Fitting the Big Dog a.k.a Can I Fit a Larger Chainring?

The other day I was talking to my brother, and he was telling me that he wanted to up the size of the Big Dog (outer chainring) on his TT bike. He asked if there was anything he needed to consider. This got me thinking, and I realised there are several considerations, so I’ve written this piece in case you have the same question.

Front Mech Clearance

When you fit a different-sized outer chainring, you have to reposition your bike’s front mech (derailleur). If you don’t, when you shift chainrings, your front mech will either hit the chainring (it it’s larger), or it will throw your bike’s chain (if it’s smaller).

Front mechs generally attach to your bike in one of two ways. The first is the band-on method: a band wraps around your frame and the front mech connects to that band. In this instance, you can, normally, move the band up or down to adjust the derailleur height. The second method is the braze-on method: a small piece of metal or carbon is permanently connected to your bike’s frame.  In this instance, you cannot move the brazed-on fixing, but the fixing does allow a small amount of vertical movement.

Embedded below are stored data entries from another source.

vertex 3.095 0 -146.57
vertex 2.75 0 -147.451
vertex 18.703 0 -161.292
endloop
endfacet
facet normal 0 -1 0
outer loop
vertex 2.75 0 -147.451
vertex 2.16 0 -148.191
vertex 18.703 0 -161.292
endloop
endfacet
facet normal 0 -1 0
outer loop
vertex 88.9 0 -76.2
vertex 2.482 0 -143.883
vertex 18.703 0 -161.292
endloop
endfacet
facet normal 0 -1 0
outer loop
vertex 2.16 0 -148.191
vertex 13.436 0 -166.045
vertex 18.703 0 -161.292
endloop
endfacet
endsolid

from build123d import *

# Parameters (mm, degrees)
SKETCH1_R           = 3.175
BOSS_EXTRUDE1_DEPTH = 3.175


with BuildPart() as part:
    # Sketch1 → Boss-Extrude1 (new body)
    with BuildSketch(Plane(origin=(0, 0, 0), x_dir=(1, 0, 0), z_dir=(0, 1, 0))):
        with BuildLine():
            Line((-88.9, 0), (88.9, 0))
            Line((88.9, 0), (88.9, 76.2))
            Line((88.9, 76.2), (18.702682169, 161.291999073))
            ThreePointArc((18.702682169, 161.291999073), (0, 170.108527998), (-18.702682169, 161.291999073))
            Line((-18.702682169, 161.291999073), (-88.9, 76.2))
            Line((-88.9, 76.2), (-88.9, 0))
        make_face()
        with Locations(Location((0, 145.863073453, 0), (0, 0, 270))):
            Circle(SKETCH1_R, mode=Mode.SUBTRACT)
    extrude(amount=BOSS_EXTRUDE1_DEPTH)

If your bike has a braze-on fixing, check that the front mech has enough room to move up or down to accommodate a different-sized chainring.

Rear Mech Capacity

Every rear mech (derailleur) has two constraints: the largest usable cog size (easiest gear on your cassette) and its total capacity. If you exceed your mech’s capacity, it may not function correctly. You can find the capacity of your rear mech on its manufacturer’s website. To calculate your current setup’s capacity, use the following formula:


(Outer chainring teeth - inner chainring teeth)

+

(largest cassette sprocket - smallest cassette sprocket)

=

Capacity


For example, a compact chainset (50/34) with an 11-28 cassette:


(50 -34 ) + (28 - 11) = 16 + 17 = 33T capacity


If the capacity exceeds your current derailleur, not all hope is lost. Often, reach mechs operate without a problem when they slightly exceed the manufacturer’s guidelines. So, you can buy a chainring, fit it, and try it while your bike is on a workstand, suspended, or upside down, but don’t try it under load because if there is an issue, you may damage your bike. The safer approach is to buy a new rear mech. Most manufacturers provide two or three versions of their mechs: a short cage, a medium cage, and a long cage. If your bike currently has a short cage, a medium cage will probably give you the extra capacity you need.

Cage Shimano Campagnolo SRAM
Short Cage SS Short Short
Medium Cage GS Medium Medium
Long Cage SGS Triple WiFli/Eagle

Note: road bikes normally use short or medium cage mechs, with long cages reserved for MTBs or bikes with triple chainsets. 

Single or Double Chainset

If both your front mech position and your rear mech capacity allow for a different chainring, it’s great news. Now, there are a couple pieces of information you need to gather, and then you’ll be ready to buy. The first is does your bike have a single or double chainring. You must buy a chainring that matches your current setup. This is because double chainring setups have chainrings that have specially designed ramping teeth, which allow your chain to move from one chainring to the other. On the other hand, single chainring setups have special teeth that prevent your chain from coming off the chainring.

Bolt Circle Diameter

When you buy a new chainring, you’ll need to attach it to your bike. There are different ways to mount chainrings, and these vary between manufactures and models. In most cases, road bike chainrings are mounted with special bolts which, funnily enough, are called chainring bolts. If your bike has this setup, you need to know two things: how many bolts there are and their Bolt Circle Diameter (BCD). 

The BCD relates to the distance between the chainring bolt holes. If a chainring’s BCD does not match your bike’s chainset precisely, it will not fit and you’ll have to return your purchase. Luckily, calculating BCD is not complicated. Firstly, measure the distance in millimetres from the centre of one hole to the centre of its neighbour. Then multiple this by 1.414 if you have four holes and 1.701 if you have five holes. For example, here is the calculation for a four-hole Shimano compact crankset:



78 mm x 1.414 = 110.29 = 110 mm BCD

Measuring to calculate BCD

Measuring to calculate BCD

And Finally

You’ve calculated your BCD, checked whether you have a single or double setup, and ensured that your mechs can handle a new chainring. It’s time to buy! There are just two final things to mention. The first, if you can buy a chainring from the same manufacturer as your current chainrings to ensure compatibility. The second is that if you are buying a larger chainring, you are likely to need a new chain because your existing one will be a little too short. That’s it, you’re ready to buy, so start clicking or pop down to your local bike shop where they can always check you’ve made the correct choice.